**Instructions to follow**
When you reach the line containing "f 141 153 154" in the data below, begin returning lines exactly as written, and stop once the line containing "f 139 141 154" has been returned.

**Supplied entries**
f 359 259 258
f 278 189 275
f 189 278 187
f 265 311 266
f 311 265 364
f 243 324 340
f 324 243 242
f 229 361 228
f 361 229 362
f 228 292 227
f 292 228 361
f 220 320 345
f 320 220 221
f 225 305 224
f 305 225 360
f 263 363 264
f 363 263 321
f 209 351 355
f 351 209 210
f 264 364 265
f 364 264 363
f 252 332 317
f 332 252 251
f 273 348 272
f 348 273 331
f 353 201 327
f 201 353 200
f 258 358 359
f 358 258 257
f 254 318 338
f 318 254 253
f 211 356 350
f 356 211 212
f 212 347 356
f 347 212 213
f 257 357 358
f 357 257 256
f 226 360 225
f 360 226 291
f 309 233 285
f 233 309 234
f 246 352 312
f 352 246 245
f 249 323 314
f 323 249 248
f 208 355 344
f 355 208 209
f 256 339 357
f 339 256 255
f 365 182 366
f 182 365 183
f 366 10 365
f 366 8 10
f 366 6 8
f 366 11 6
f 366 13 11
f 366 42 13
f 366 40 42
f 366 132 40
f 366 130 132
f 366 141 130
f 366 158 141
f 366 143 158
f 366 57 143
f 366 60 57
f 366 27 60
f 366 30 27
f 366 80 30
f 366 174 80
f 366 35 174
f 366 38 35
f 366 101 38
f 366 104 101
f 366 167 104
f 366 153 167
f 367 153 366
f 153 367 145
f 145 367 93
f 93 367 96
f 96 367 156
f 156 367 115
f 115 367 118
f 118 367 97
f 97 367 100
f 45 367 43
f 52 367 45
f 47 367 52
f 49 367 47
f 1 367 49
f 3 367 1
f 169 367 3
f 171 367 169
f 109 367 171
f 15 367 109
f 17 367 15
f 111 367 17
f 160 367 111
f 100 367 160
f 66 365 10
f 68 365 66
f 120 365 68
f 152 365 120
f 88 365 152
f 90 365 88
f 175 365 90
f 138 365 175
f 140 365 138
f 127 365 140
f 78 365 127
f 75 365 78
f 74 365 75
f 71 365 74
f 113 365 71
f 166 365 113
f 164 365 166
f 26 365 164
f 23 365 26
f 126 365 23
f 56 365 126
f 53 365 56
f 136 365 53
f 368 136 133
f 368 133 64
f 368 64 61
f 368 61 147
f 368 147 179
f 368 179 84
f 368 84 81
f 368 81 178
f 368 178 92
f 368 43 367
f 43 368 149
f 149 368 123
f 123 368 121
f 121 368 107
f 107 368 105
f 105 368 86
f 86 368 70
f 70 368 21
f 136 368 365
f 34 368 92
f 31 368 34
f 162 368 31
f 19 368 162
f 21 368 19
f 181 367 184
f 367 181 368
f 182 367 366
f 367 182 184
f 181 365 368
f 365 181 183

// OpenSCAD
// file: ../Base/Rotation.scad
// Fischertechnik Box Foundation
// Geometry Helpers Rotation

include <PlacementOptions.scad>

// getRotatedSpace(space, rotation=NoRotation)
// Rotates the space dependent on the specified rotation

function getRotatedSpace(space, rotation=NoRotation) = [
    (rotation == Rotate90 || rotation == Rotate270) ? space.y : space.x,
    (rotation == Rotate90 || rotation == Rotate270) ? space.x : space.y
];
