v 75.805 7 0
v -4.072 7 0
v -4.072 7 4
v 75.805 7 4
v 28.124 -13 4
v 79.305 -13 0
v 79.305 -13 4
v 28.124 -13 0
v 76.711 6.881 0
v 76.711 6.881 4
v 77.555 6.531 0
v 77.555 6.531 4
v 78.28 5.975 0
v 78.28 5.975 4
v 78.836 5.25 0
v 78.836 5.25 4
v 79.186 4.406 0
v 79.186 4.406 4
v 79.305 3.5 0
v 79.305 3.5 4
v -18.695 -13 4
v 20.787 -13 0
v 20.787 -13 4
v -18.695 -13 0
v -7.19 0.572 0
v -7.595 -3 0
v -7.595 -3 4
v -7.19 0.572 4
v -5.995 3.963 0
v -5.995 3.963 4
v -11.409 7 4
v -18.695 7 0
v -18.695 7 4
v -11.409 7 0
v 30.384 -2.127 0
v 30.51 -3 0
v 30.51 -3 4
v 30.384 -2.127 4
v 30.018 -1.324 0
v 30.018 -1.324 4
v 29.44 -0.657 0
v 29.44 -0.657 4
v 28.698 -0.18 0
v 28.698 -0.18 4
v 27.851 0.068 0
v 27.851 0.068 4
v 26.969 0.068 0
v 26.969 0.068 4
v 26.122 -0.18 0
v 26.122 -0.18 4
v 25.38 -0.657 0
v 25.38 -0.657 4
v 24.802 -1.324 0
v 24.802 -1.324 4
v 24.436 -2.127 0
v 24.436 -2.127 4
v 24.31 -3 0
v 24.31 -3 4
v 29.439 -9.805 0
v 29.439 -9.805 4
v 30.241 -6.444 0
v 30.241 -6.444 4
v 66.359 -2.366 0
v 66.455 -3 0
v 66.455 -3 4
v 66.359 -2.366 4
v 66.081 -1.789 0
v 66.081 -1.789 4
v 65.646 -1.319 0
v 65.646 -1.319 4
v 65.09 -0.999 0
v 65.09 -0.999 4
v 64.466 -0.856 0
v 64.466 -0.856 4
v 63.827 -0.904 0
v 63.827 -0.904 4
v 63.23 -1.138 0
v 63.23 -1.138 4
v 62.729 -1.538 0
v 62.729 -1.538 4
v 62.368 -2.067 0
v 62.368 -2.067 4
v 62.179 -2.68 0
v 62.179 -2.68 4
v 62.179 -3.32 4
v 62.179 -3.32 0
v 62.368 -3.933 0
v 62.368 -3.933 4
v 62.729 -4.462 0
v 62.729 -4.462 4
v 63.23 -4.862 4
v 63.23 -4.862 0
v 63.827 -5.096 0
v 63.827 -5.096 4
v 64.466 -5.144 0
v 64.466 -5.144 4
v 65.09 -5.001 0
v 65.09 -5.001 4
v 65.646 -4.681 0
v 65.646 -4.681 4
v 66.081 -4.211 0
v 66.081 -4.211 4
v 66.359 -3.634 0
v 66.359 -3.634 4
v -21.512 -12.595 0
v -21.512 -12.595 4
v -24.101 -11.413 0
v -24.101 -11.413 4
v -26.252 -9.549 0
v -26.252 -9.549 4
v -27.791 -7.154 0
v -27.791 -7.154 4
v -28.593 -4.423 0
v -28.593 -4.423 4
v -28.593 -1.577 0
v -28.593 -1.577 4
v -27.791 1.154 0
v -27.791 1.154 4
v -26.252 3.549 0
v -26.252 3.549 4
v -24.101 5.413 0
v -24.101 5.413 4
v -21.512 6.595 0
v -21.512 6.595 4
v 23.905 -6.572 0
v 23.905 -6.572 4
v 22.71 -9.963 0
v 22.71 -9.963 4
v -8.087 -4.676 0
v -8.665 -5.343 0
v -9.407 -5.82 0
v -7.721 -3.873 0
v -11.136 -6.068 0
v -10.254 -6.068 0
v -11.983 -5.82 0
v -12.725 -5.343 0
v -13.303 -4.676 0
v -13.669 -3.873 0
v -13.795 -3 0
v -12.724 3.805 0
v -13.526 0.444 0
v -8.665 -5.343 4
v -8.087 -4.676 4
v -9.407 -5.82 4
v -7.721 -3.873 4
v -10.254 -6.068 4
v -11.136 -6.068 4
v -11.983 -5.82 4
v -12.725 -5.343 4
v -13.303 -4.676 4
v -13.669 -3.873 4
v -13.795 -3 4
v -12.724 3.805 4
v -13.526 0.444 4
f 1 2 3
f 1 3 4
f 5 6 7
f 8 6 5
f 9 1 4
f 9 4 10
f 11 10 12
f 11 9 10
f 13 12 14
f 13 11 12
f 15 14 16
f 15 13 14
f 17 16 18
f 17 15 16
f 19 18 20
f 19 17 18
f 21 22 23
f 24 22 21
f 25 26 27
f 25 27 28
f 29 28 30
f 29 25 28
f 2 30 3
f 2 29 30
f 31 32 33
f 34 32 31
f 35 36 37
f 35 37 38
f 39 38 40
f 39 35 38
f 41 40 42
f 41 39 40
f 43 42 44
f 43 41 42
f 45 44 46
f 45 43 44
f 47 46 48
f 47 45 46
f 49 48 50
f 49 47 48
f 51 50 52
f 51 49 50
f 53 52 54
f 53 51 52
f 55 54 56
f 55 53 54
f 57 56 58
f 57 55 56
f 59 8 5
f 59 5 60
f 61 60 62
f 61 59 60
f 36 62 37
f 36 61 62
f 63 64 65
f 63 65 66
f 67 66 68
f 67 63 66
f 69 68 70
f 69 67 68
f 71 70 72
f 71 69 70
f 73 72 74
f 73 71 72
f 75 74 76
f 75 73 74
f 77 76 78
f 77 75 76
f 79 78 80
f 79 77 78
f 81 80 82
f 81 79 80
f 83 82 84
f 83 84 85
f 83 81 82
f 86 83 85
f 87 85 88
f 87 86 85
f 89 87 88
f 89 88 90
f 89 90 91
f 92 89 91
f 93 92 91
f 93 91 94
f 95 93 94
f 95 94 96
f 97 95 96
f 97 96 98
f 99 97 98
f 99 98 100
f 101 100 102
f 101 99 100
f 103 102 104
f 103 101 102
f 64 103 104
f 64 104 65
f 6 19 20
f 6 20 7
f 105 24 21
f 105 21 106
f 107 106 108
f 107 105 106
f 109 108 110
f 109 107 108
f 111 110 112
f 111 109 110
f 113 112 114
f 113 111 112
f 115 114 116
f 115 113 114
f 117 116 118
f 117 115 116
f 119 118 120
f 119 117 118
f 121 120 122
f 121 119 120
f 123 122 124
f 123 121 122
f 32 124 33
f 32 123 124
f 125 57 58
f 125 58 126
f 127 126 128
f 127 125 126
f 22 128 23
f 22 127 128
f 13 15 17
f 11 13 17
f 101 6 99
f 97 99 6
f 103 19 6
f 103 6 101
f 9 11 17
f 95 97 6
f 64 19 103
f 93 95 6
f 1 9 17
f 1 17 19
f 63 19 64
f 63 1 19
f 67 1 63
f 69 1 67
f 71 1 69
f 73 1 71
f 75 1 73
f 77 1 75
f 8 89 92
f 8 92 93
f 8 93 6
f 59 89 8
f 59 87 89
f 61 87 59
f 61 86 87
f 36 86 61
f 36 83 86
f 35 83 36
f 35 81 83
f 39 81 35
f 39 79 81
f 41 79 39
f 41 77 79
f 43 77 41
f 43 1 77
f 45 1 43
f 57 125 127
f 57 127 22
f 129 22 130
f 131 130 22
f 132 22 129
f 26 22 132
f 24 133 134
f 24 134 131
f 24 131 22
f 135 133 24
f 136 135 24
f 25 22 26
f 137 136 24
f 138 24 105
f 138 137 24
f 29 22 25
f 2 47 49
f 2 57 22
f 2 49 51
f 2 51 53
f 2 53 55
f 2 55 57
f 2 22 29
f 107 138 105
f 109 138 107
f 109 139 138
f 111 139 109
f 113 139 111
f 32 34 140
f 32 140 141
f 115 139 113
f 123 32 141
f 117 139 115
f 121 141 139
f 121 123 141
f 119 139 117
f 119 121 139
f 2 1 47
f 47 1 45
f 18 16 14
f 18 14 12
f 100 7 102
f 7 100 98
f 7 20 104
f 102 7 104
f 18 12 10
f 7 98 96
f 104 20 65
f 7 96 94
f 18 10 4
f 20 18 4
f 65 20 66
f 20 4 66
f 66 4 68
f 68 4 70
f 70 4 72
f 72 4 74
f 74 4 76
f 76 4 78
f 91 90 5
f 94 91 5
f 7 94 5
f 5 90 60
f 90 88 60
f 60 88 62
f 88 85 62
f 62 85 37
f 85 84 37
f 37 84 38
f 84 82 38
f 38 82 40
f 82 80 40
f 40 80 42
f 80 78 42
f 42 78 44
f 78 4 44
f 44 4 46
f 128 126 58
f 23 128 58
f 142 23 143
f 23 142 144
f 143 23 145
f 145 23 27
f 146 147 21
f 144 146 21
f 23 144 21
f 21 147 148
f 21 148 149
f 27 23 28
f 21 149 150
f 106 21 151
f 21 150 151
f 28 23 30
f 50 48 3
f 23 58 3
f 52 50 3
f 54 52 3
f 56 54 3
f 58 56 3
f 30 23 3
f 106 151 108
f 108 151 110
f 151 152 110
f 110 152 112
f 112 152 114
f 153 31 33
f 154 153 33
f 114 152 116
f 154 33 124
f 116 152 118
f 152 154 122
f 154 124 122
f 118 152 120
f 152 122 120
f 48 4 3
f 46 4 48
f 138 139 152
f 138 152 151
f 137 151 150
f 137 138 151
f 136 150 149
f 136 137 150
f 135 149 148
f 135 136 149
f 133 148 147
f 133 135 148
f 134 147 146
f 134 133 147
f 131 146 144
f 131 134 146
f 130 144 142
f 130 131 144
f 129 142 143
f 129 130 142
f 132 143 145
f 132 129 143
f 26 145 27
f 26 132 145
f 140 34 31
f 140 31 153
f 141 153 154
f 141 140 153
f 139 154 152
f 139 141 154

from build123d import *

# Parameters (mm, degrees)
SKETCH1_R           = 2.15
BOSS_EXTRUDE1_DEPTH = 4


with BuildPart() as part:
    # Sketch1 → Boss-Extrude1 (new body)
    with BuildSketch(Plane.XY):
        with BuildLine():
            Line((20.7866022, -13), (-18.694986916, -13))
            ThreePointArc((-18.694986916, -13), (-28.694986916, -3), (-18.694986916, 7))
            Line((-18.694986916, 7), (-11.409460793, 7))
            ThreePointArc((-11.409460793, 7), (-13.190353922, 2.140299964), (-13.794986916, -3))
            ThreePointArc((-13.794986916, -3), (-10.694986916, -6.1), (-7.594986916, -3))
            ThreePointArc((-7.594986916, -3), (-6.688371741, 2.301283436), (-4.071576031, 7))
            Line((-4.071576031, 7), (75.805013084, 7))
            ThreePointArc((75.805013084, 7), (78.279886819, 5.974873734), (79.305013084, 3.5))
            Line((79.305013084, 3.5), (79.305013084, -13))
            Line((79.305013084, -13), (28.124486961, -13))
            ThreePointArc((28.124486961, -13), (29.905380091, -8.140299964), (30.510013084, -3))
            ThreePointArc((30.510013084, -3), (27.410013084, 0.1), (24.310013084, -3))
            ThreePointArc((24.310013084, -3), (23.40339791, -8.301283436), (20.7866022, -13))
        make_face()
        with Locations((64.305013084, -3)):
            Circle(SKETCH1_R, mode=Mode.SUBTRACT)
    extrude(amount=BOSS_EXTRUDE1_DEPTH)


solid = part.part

**Solution to the problem**
f 141 153 154
f 141 140 153
f 139 154 152
f 139 141 154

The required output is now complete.